INFORMATION =

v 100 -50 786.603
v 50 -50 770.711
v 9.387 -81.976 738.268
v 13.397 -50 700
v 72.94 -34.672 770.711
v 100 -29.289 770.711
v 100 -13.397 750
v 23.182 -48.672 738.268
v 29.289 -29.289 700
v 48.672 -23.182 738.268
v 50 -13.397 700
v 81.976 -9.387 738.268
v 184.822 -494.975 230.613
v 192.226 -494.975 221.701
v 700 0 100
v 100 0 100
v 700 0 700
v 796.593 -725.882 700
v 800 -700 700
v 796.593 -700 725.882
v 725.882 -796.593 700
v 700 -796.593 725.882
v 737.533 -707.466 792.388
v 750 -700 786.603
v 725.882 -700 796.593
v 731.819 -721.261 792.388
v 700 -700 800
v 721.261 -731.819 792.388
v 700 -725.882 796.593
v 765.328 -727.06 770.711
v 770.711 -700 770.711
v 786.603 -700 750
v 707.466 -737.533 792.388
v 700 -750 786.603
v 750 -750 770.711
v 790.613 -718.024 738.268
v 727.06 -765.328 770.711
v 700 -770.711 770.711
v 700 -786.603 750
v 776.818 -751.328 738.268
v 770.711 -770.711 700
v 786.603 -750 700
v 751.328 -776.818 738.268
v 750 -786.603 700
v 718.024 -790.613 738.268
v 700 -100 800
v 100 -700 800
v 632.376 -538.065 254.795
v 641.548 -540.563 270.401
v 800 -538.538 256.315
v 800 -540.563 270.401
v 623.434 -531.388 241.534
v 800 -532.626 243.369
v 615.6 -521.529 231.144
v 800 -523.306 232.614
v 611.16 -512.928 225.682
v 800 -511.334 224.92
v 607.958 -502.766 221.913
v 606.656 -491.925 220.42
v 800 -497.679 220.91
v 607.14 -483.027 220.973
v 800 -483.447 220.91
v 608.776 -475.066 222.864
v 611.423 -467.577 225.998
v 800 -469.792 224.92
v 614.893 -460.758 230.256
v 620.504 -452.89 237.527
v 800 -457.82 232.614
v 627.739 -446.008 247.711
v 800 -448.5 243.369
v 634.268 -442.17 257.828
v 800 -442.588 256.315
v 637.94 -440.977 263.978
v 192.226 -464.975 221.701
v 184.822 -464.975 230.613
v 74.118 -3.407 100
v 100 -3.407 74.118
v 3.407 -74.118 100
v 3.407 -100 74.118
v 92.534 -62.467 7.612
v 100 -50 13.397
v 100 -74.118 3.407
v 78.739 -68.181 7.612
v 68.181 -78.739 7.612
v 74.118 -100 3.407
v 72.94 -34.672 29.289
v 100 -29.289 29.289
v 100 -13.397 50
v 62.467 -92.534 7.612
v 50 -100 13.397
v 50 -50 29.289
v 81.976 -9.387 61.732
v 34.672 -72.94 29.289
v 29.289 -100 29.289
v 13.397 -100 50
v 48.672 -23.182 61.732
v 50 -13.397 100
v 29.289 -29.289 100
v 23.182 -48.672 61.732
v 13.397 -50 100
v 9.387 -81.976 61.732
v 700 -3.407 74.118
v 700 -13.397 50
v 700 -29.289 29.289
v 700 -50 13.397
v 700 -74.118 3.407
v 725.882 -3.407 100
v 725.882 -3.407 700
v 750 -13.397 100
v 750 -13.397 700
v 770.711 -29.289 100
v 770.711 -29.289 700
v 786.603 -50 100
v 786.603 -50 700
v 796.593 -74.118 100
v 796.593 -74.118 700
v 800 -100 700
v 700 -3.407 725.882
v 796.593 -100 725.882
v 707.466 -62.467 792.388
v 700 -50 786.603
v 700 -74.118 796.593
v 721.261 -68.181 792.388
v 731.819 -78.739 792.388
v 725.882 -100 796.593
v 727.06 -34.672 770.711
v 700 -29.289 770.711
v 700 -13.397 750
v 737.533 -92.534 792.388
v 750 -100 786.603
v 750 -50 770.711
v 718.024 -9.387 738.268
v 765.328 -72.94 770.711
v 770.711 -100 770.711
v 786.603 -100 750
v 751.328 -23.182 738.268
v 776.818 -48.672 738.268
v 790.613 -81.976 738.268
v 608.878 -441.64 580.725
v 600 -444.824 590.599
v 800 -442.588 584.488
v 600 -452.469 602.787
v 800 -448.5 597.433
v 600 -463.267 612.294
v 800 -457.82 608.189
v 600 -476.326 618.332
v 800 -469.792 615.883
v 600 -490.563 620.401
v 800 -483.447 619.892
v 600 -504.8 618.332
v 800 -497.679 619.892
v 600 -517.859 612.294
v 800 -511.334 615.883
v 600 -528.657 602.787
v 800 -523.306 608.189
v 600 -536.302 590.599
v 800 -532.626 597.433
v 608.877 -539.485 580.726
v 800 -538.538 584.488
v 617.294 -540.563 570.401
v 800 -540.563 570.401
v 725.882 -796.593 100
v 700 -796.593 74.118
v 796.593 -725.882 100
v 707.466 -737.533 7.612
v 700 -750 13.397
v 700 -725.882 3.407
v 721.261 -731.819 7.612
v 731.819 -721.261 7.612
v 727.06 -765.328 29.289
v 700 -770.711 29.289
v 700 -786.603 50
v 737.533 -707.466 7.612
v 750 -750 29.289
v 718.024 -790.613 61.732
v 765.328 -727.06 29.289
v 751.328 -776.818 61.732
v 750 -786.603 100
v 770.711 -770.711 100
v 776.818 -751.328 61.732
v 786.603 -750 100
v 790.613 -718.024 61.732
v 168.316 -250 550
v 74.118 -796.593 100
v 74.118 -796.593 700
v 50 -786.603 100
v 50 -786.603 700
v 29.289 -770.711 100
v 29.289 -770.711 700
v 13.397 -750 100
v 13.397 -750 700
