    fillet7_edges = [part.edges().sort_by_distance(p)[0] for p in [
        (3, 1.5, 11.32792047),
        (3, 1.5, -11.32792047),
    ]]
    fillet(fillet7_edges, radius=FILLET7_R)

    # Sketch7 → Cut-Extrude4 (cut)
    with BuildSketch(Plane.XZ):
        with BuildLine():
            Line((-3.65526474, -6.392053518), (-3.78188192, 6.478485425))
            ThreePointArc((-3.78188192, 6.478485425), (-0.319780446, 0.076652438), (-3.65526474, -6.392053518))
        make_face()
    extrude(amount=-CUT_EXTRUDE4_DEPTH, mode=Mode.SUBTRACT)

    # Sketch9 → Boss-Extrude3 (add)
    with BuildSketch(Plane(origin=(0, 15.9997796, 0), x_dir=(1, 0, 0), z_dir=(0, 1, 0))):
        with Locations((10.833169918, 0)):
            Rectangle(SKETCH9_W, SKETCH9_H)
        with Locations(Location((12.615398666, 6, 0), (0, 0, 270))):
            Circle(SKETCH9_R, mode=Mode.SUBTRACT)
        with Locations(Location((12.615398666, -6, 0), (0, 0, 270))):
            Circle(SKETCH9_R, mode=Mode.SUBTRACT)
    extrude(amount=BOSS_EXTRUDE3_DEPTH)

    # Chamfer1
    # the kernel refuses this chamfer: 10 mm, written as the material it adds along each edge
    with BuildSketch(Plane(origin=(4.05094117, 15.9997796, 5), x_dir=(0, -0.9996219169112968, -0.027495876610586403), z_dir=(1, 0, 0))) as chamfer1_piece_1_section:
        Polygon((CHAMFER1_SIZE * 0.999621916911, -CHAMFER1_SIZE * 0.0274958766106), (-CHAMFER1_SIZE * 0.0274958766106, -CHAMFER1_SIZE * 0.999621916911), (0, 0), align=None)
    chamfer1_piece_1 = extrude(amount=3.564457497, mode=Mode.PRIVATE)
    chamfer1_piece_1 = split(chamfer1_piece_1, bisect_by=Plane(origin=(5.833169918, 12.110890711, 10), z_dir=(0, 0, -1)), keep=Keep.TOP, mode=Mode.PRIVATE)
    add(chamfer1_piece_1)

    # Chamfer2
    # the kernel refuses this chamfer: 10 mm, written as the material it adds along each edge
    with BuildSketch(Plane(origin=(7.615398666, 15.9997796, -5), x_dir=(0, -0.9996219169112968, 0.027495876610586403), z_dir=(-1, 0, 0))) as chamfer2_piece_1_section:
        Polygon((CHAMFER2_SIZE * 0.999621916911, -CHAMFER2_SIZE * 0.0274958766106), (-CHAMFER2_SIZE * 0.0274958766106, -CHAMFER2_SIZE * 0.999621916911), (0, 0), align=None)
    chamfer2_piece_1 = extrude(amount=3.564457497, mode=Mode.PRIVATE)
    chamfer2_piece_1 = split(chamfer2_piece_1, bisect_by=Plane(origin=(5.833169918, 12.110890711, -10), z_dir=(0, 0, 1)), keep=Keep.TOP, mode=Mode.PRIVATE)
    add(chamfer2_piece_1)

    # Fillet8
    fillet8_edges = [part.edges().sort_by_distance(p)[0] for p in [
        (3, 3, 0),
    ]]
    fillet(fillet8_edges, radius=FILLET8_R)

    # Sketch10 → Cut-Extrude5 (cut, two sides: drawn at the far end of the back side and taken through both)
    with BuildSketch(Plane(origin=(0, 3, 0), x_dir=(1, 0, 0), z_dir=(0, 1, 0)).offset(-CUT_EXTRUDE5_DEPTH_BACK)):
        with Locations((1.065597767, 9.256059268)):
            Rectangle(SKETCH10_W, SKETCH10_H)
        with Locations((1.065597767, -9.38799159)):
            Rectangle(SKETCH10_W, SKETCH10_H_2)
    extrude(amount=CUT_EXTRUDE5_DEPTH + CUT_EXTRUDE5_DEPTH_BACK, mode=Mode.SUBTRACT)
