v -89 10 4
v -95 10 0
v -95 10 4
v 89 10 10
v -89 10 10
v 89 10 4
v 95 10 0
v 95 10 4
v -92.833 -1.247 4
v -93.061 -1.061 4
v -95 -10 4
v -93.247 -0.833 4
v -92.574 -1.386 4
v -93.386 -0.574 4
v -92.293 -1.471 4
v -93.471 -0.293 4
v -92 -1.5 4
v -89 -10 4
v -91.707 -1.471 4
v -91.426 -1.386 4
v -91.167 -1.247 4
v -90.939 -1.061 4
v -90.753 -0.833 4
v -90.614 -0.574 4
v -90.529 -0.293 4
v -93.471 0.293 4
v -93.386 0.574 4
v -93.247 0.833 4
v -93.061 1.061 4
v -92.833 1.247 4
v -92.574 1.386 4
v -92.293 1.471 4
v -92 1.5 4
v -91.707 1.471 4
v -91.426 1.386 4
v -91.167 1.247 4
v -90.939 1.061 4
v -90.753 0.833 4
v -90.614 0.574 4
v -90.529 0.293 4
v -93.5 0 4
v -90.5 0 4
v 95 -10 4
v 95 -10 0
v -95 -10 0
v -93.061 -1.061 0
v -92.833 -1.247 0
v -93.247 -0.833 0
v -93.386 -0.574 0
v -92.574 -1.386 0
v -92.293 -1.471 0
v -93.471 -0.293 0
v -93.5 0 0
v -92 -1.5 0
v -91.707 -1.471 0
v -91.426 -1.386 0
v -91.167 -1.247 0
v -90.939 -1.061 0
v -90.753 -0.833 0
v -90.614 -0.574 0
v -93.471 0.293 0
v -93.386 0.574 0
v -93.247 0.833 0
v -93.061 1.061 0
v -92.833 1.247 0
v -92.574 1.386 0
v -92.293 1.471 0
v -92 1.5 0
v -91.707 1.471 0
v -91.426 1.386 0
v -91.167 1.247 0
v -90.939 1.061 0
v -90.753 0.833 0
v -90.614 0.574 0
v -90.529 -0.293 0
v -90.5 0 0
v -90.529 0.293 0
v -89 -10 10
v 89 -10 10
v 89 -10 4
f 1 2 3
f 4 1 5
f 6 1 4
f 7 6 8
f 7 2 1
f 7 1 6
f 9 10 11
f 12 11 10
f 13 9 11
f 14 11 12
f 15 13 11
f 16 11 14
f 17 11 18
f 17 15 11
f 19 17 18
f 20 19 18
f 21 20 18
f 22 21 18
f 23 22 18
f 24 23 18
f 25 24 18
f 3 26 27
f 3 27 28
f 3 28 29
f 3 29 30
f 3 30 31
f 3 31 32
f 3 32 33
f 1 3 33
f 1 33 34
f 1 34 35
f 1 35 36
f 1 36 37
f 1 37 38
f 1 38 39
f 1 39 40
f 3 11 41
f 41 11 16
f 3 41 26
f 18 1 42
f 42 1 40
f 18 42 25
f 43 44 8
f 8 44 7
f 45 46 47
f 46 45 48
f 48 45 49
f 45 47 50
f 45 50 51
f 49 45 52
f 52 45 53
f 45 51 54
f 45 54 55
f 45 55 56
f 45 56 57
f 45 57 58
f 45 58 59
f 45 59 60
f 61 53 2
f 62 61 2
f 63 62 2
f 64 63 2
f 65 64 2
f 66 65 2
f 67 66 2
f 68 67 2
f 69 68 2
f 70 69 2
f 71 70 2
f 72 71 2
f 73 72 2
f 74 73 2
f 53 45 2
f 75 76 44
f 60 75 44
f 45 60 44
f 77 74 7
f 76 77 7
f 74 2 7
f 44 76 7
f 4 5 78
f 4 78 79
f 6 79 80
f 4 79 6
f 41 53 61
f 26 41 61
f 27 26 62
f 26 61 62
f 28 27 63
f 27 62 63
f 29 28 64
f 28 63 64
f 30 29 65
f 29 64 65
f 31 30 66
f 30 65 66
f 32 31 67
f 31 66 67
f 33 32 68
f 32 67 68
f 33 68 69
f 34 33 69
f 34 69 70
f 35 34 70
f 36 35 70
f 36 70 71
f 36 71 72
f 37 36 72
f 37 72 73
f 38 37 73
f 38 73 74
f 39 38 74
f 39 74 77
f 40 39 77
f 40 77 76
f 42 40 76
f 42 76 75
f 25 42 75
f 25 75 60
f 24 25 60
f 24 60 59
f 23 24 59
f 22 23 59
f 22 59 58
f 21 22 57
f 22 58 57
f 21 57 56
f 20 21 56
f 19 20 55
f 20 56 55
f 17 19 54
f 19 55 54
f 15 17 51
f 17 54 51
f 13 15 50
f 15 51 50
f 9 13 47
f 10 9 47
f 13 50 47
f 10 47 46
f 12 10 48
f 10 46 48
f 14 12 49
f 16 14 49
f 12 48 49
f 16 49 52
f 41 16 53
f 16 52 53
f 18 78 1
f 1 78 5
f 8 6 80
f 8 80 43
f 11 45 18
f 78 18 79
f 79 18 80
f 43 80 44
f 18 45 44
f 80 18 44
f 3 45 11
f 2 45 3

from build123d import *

# Parameters (mm, degrees)
ESQUISSE1_W             = 190
ESQUISSE1_H             = 20
BOSS_EXTRU_1_DEPTH      = 10
ESQUISSE2_W             = 6
ESQUISSE2_H             = 20
ENL_V_MAT_EXTRU_1_DEPTH = 6
ESQUISSE3_R             = 1.5
ENL_V_MAT_EXTRU_2_DEPTH = 6


with BuildPart() as part:
    # Esquisse1 → Boss.-Extru.1 (new body)
    with BuildSketch(Plane.XY):
        Rectangle(ESQUISSE1_W, ESQUISSE1_H)
    extrude(amount=BOSS_EXTRU_1_DEPTH)

    # Esquisse2 → Enlèv. mat.-Extru.1 (cut)
    with BuildSketch(Plane.XY.offset(10)):
        with Locations((-92, 0)):
            Rectangle(ESQUISSE2_W, ESQUISSE2_H)
        with Locations((92, 0)):
            Rectangle(ESQUISSE2_W, ESQUISSE2_H)
    extrude(amount=-ENL_V_MAT_EXTRU_1_DEPTH, mode=Mode.SUBTRACT)

    # Esquisse3 → Enlèv. mat.-Extru.2 (cut)
    with BuildSketch(Plane(origin=(0, 0, 0), x_dir=(-1, 0, 0), z_dir=(0, 0, -1))):
        with Locations((92, 0)):
            Circle(ESQUISSE3_R)
    extrude(amount=-ENL_V_MAT_EXTRU_2_DEPTH, mode=Mode.SUBTRACT)


solid = part.part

WHAT THIS TASK INVOLVES = A single number is required: how many lines in the material hold the word "None".

SOLVED PROBLEM = 2